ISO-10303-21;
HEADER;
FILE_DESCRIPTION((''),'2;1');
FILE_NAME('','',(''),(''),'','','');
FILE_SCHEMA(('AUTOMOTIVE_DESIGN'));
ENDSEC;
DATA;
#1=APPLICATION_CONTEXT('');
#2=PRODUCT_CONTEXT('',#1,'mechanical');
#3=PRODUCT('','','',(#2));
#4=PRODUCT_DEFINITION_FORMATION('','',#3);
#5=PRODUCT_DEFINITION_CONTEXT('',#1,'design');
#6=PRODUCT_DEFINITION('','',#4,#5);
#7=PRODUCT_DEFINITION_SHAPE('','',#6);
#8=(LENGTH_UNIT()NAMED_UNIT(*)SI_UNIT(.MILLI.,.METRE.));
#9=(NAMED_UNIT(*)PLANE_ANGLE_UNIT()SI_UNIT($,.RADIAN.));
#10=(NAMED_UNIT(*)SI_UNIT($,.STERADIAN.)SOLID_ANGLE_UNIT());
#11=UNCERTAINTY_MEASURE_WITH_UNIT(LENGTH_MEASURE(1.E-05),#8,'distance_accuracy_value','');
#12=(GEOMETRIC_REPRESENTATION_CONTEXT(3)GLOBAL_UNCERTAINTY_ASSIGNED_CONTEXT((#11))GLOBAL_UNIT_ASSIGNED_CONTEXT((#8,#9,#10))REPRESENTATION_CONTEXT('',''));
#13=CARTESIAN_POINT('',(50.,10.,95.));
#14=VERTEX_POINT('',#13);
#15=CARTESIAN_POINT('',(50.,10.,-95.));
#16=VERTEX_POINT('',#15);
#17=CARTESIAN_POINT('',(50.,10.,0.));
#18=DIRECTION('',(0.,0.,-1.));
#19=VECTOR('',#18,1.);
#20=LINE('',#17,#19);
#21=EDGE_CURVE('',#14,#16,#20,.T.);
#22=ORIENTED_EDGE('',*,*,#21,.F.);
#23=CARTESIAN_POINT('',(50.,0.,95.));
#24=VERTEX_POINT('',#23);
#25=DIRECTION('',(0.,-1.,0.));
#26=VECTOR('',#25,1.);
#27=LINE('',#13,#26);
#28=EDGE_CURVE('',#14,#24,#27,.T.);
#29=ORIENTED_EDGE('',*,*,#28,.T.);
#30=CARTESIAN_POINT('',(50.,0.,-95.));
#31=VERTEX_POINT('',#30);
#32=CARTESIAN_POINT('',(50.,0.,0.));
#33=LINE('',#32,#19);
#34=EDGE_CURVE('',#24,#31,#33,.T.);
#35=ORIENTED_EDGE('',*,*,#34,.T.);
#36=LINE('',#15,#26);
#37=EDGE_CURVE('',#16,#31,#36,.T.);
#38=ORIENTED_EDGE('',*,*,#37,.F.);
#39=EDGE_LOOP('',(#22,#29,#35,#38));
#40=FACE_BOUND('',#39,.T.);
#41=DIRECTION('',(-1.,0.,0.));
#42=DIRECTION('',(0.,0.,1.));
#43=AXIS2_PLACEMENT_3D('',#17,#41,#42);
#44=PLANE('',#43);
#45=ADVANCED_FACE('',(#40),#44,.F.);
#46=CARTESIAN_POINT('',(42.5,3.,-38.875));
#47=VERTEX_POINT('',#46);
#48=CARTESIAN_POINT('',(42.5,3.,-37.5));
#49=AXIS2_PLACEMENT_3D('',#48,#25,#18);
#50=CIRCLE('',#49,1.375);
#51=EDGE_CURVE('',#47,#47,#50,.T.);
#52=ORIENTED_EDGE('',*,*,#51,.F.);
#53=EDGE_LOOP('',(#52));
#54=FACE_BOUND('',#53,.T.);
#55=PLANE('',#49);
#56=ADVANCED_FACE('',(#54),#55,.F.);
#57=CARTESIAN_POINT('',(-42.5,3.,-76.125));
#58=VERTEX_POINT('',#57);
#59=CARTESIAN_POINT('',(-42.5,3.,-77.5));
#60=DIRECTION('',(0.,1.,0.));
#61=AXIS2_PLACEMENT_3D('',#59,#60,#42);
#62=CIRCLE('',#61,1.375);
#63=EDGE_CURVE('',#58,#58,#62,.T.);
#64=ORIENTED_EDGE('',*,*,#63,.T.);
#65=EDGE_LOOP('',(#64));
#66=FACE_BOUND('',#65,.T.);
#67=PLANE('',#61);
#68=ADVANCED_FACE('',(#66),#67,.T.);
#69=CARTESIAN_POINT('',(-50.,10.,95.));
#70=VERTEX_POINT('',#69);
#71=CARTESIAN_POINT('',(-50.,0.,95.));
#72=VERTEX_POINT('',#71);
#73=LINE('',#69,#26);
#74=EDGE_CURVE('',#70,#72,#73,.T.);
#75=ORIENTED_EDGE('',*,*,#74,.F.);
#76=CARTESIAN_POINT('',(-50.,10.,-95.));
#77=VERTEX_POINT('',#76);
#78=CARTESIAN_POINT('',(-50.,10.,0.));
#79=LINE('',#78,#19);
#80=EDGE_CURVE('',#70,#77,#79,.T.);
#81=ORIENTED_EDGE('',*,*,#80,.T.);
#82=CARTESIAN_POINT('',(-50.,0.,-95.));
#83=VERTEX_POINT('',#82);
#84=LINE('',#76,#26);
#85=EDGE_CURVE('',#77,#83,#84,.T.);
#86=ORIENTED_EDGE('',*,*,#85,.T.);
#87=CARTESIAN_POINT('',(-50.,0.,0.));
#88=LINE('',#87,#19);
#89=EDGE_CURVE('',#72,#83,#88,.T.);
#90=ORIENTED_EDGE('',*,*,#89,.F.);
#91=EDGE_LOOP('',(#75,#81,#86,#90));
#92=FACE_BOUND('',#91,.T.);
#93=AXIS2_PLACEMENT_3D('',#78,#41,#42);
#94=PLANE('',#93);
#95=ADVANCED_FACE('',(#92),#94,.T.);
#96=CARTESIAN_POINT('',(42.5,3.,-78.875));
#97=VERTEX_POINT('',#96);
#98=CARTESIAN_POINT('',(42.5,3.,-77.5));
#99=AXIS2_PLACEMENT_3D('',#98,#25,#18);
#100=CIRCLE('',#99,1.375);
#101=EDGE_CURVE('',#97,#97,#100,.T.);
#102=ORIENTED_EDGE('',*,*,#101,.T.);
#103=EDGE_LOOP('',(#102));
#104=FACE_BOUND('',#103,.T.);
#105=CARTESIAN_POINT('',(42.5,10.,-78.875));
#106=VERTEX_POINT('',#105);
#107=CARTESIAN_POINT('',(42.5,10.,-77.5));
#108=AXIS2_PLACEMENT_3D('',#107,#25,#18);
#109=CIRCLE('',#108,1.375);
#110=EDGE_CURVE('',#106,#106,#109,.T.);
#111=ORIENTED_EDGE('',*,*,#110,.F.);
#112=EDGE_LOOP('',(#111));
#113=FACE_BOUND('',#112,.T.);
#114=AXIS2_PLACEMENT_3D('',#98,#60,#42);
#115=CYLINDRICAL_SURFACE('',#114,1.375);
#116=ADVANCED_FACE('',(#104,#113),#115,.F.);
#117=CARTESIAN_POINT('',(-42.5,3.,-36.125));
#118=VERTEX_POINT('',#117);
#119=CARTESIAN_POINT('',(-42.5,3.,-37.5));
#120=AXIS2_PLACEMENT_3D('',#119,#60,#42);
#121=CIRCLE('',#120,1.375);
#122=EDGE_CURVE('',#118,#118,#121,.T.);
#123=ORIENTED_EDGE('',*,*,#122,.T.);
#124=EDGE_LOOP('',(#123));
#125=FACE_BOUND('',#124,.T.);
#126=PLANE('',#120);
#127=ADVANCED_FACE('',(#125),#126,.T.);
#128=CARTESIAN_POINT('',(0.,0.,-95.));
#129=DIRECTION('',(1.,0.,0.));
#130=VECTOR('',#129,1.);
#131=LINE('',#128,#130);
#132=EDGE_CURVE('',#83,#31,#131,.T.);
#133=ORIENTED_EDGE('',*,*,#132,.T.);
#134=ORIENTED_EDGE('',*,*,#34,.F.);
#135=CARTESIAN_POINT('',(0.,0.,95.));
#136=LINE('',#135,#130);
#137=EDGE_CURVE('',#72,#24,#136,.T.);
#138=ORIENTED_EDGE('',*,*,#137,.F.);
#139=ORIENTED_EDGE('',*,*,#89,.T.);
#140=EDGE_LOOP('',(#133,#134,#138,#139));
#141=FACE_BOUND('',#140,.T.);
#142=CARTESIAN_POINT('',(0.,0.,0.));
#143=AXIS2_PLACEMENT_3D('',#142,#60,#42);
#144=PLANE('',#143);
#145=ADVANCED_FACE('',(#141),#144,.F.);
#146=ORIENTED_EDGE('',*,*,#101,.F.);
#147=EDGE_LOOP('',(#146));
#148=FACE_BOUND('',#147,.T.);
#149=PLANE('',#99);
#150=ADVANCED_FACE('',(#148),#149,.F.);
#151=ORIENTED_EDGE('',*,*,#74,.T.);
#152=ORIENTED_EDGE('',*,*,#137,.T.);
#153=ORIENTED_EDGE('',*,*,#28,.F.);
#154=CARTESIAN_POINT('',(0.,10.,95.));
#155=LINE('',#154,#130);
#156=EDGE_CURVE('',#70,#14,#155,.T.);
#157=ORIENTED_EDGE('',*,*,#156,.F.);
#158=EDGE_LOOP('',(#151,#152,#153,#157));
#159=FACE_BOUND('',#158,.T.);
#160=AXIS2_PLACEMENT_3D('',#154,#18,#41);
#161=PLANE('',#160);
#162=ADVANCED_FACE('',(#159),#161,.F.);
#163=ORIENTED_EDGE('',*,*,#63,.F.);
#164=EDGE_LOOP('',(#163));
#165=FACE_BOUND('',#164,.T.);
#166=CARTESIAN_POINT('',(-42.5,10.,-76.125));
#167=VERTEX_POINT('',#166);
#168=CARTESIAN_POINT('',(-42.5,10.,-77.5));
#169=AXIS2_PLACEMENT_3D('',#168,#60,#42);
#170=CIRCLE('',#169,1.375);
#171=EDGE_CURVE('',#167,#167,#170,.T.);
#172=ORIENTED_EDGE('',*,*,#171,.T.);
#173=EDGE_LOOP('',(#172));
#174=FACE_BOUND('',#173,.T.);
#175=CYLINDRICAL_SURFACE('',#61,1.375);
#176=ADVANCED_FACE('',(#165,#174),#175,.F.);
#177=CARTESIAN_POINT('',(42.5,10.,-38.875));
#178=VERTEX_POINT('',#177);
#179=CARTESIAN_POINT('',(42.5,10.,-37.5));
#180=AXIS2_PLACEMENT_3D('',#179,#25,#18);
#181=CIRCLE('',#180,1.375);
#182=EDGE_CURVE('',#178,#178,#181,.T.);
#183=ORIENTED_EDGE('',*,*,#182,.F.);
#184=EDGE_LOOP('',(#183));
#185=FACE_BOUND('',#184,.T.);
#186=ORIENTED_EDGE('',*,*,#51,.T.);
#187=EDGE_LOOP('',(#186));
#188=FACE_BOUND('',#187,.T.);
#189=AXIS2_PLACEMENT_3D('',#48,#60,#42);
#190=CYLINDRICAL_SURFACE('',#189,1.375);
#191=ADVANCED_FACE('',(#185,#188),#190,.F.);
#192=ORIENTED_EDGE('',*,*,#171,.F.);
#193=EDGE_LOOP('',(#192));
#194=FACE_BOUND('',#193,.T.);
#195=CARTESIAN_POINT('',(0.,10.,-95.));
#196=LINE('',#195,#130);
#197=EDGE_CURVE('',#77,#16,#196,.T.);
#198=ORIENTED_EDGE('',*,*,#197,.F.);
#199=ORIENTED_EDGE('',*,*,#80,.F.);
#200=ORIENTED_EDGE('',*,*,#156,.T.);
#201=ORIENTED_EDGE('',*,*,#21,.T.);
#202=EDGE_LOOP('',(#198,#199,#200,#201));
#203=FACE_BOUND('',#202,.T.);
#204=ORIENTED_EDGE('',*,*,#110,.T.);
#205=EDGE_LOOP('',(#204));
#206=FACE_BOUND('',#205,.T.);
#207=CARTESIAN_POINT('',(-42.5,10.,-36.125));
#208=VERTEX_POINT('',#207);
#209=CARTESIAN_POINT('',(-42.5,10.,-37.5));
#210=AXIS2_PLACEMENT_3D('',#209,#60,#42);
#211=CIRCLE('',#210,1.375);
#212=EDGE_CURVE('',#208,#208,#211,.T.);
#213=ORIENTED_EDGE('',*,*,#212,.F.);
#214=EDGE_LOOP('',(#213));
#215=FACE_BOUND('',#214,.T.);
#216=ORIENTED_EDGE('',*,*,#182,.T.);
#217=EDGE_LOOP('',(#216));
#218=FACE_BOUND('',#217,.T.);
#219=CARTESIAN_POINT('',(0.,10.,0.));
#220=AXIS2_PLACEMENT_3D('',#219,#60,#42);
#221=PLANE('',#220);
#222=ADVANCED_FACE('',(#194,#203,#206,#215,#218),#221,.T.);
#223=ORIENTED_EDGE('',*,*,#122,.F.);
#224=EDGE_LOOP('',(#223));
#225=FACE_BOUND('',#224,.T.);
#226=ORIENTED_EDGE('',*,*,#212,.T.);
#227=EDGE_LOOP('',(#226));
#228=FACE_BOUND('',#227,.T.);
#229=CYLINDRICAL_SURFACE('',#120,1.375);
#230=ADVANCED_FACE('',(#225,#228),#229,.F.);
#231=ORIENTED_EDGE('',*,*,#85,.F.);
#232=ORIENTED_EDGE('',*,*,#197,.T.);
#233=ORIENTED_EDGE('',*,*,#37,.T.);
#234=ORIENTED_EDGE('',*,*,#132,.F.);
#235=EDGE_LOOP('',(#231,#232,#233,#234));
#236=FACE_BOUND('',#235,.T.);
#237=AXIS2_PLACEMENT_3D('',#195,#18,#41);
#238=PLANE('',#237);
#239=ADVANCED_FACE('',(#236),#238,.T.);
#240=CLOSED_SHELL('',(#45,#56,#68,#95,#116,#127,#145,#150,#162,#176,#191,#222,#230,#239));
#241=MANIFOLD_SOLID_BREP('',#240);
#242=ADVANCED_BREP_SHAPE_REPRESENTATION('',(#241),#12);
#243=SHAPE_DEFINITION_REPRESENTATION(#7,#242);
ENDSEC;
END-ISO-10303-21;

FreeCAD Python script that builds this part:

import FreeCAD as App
import Part
import Sketcher

doc = App.newDocument("Part")
params = doc.addObject("Spreadsheet::Sheet", "Params")
for row, (alias, value) in enumerate([
    ("sketch1_width", "100 mm"),
    ("sketch1_height", "190 mm"),
    ("pad1_length", "10 mm"),
    ("sketch2_diameter", "2.75 mm"),
    ("pocket1_length", "7 mm"),
], start=1):
    params.set(f"A{row}", alias)
    params.set(f"B{row}", "=" + value)
    params.setAlias(f"B{row}", alias)

body = doc.addObject("PartDesign::Body", "Body")

# Sketch on XZ plane
sketch1 = doc.addObject("Sketcher::SketchObject", "Sketch")
body.addObject(sketch1)
sketch1.AttachmentSupport = (doc.XZ_Plane, [""])
sketch1.MapMode = "FlatFace"
sketch1.addGeometry([
    Part.LineSegment(App.Vector(-50, -95, 0), App.Vector(-50, 95, 0)),
    Part.LineSegment(App.Vector(-50, 95, 0), App.Vector(50, 95, 0)),
    Part.LineSegment(App.Vector(50, 95, 0), App.Vector(50, -95, 0)),
    Part.LineSegment(App.Vector(50, -95, 0), App.Vector(-50, -95, 0)),
], False)
sketch1.addConstraint([
    Sketcher.Constraint("Coincident", 0, 2, 1, 1),
    Sketcher.Constraint("Coincident", 1, 2, 2, 1),
    Sketcher.Constraint("Coincident", 2, 2, 3, 1),
    Sketcher.Constraint("Coincident", 3, 2, 0, 1),
    Sketcher.Constraint("Vertical", 0),
    Sketcher.Constraint("Horizontal", 1),
    Sketcher.Constraint("Vertical", 2),
    Sketcher.Constraint("Horizontal", 3),
    Sketcher.Constraint("Symmetric", 0, 2, 2, 2, -1, 1),
    Sketcher.Constraint("DistanceX", 1, 1, 1, 2, 100.0),
    Sketcher.Constraint("DistanceY", 0, 1, 0, 2, 190.0),
])
sketch1.setExpression("Constraints[9]", "Params.sketch1_width")
sketch1.setExpression("Constraints[10]", "Params.sketch1_height")
pad1 = doc.addObject("PartDesign::Pad", "Pad")
body.addObject(pad1)
pad1.Profile = sketch1
pad1.setExpression("Length", "Params.pad1_length")
pad1.Reversed = True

:: INSTRUCTIONS TO FOLLOW ::
If a line in the entries holds the word "DIRECTION", count it. Report the total only.

:: SOLUTION FOR THIS PROBLEM ::
6